Perhaps before a place has a name, it holds no identity. The people of a place may give meaning to topography and culture to the ground.

Alamance County, North Carolina, sits at the crossroads of many historical, wild, and mundane occurrences. A perennial battleground, from the slaughter of british loyalists by the father of Robert E. Lee, the contemporary issues surrounding Confederate monuments, to a booming area of a state bent on economic progress at any cost, Alamance has existed as a place uniquely tied up in the history and struggle of our nation.

The word Alamance is said to have come from the Native American name for the pale, almost blue, clay at the bottom of the Big Alamance Creek that runs west to east through the county. Alamance, the creek, the namesake for this corner of North Carolina, has seen the rise and fall of peoples, structures, as well as the influence and power of faith come and go, pass and fade in and out of obscurity. Churches are built, homes are constructed then collapse; the rhythm of boom and bust plays out again and again, but one thing has remained constant, Alamance.
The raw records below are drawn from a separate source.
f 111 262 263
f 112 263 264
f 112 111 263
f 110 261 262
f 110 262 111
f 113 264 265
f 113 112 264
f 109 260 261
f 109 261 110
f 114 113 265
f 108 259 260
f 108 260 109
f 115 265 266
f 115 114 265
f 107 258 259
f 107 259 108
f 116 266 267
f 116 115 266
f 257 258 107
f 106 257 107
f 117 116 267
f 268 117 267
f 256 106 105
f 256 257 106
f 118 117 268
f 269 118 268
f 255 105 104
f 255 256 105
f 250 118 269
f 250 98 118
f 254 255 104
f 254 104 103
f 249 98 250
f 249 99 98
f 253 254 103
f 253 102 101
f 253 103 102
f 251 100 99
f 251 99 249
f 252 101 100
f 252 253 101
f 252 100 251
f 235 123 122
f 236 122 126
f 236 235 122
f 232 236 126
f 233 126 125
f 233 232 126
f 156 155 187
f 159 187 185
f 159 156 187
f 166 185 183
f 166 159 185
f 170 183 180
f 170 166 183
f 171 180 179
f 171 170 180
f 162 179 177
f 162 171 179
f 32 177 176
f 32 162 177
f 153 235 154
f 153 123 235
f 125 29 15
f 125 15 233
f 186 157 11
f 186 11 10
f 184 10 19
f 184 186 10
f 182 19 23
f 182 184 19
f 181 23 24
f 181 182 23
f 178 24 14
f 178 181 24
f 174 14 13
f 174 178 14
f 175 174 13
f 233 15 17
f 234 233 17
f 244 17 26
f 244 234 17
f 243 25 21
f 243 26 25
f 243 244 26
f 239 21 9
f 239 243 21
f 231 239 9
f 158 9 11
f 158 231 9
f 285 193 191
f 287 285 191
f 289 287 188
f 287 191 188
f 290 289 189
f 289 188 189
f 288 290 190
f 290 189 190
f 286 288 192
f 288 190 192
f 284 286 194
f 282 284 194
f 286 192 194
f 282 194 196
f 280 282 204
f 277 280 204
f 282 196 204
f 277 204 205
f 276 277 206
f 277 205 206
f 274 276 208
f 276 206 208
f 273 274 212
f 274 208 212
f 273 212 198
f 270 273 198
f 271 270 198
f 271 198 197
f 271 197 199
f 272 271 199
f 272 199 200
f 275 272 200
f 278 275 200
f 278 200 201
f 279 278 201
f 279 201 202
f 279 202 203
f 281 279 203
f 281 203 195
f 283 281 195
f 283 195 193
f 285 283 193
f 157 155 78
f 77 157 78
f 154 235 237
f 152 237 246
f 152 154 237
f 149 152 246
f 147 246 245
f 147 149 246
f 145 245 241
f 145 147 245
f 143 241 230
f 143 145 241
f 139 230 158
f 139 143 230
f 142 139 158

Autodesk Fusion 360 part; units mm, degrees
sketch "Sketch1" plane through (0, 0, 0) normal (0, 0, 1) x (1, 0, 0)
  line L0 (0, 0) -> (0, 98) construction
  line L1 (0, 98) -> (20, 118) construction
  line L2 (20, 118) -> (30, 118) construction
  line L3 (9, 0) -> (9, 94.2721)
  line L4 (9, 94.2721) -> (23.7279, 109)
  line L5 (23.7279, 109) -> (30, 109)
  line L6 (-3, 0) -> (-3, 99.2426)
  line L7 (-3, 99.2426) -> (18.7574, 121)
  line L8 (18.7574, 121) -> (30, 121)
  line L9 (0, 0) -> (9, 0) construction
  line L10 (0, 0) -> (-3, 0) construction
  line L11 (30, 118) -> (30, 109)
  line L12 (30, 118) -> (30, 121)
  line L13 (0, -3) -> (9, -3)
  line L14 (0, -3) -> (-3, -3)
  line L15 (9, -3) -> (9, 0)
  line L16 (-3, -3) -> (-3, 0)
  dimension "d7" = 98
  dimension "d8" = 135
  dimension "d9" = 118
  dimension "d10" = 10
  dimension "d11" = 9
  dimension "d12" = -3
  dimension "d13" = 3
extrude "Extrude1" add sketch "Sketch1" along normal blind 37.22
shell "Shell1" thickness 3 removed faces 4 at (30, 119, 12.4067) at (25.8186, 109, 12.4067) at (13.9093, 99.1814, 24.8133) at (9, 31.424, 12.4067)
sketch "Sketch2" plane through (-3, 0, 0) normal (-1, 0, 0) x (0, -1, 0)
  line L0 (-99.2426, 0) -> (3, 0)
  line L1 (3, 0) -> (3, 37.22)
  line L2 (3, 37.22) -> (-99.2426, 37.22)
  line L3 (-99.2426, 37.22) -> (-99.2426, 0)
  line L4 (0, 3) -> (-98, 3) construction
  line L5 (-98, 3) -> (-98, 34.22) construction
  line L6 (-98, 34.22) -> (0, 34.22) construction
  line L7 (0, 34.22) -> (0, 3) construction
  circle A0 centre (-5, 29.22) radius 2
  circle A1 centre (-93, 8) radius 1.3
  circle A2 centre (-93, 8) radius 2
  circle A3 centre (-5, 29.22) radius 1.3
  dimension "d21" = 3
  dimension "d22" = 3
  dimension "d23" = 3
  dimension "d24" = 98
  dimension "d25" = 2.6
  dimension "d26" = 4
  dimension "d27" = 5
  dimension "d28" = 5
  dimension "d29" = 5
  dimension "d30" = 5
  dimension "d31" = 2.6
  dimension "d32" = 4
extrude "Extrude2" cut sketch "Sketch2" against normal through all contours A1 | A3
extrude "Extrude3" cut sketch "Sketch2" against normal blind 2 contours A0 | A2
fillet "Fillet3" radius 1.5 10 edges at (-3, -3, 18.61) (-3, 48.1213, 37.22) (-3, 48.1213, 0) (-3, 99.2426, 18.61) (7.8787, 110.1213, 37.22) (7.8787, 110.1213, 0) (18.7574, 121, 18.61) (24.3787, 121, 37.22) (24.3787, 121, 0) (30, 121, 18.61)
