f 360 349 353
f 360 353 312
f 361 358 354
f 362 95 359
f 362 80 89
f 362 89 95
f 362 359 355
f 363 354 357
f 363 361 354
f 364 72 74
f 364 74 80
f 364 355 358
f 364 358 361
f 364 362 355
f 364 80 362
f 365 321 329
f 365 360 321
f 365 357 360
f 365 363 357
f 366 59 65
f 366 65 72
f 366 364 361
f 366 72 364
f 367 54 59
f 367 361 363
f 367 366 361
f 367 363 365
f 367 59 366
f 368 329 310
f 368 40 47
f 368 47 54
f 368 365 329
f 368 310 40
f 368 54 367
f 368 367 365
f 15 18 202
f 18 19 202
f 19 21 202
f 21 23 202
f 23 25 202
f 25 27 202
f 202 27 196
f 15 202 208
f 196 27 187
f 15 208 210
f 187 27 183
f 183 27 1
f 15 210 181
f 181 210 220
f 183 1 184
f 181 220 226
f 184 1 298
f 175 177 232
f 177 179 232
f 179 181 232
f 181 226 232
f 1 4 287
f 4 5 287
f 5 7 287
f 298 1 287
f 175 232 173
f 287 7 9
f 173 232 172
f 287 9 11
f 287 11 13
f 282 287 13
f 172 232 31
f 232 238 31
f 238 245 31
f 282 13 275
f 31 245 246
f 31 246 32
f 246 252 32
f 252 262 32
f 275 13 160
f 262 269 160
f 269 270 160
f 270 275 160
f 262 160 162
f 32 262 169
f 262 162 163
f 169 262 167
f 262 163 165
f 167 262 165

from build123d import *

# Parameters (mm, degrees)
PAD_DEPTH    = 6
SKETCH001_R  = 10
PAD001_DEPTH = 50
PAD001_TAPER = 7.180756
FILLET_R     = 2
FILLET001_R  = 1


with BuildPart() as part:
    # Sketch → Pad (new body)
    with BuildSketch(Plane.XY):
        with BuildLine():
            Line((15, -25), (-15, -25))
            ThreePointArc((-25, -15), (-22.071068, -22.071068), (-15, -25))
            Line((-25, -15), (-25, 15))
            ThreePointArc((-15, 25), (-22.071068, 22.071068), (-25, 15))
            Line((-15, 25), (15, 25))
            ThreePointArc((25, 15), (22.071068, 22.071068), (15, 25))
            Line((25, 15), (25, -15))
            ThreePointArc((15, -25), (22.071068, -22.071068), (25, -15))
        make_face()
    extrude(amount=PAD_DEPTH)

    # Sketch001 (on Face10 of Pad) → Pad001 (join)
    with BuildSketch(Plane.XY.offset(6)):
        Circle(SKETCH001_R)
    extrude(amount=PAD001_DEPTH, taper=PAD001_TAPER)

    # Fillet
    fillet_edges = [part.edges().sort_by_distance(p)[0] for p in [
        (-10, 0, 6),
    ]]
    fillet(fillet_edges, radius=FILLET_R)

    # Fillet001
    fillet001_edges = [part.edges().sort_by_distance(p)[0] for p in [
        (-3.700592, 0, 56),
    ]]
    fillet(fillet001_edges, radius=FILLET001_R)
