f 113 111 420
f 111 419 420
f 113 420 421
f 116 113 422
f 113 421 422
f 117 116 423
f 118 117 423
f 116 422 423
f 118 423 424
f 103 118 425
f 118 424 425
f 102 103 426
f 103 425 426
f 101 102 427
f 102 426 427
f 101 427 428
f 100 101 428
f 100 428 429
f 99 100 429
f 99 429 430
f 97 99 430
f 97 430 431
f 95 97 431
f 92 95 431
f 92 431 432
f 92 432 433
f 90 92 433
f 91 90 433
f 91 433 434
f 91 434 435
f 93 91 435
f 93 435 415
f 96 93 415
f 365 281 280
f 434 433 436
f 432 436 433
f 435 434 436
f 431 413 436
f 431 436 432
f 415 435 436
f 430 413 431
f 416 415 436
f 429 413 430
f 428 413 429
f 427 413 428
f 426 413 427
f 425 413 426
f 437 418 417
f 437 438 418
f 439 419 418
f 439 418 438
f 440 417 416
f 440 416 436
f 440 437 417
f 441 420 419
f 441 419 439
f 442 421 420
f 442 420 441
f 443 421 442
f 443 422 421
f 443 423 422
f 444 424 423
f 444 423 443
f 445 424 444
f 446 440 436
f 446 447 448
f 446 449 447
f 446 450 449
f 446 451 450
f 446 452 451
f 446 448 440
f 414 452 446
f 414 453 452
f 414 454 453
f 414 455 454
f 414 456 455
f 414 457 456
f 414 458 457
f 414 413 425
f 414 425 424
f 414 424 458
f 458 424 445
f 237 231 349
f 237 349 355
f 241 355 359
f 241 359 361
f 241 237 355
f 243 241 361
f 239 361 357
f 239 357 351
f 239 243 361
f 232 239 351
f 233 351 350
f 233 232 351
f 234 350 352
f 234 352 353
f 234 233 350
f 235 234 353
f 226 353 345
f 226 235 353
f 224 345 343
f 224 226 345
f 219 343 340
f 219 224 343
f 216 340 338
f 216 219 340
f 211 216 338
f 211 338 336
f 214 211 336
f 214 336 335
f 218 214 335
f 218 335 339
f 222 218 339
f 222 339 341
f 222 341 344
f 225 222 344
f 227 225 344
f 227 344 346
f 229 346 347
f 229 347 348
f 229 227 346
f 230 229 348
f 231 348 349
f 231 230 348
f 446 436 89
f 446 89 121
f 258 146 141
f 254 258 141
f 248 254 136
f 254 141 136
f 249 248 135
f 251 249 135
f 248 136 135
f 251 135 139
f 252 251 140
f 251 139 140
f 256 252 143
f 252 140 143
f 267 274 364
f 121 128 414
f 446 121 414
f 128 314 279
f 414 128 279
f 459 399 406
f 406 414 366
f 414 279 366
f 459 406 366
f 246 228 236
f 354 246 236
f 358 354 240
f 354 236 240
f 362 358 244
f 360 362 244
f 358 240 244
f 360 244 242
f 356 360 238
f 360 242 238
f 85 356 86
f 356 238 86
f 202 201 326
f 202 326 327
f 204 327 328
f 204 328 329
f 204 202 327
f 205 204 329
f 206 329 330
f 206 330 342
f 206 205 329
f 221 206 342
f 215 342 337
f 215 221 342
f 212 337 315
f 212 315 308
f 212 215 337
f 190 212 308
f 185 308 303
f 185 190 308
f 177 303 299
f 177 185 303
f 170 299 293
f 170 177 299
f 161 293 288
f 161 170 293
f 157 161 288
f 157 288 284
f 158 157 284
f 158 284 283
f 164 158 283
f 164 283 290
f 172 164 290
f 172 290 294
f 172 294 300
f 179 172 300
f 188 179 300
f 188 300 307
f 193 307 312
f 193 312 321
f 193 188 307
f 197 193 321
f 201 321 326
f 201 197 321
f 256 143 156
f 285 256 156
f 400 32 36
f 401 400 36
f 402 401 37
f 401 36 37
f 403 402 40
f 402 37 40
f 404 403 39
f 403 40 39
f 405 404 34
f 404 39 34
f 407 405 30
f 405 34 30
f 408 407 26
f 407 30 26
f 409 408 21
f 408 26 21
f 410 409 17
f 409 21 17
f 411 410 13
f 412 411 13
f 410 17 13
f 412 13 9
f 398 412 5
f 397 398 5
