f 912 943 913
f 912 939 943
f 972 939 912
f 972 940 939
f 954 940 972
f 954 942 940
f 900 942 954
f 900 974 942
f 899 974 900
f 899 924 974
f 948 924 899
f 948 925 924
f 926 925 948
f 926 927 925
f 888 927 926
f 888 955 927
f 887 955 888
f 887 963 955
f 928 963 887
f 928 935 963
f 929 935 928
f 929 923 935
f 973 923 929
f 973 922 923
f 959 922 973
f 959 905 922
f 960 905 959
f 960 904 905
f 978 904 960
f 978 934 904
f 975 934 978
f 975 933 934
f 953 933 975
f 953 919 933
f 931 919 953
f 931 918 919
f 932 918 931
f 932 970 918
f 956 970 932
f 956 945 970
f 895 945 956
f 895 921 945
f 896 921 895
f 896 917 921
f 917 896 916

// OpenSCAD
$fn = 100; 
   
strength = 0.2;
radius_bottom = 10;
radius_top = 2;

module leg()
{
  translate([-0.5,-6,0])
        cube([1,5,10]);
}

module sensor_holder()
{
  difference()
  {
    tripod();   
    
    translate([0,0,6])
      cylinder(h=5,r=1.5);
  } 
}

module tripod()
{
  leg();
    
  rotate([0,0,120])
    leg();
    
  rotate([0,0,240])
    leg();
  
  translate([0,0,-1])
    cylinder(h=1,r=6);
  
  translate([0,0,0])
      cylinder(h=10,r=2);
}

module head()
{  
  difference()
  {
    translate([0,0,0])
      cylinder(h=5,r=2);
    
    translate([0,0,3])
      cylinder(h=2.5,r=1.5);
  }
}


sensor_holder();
At what point does a name meld with the thing it is meant to demarcate? At what point do these letters and definitions become inseparable from the land they semantically map? What I look for in, Alamance, are the traces of movement and construct on these lands. The visual remainders and reminders of human toiling aimed to eke out meaning and identity in a place that is and always was doomed to fall back into dust. Collapsing and derelict structures stand as a reminder of years passed but also haunt the possible futures to come, whispering to us, “We have come to pass. By and by the marks and meanings made today will pass as well.”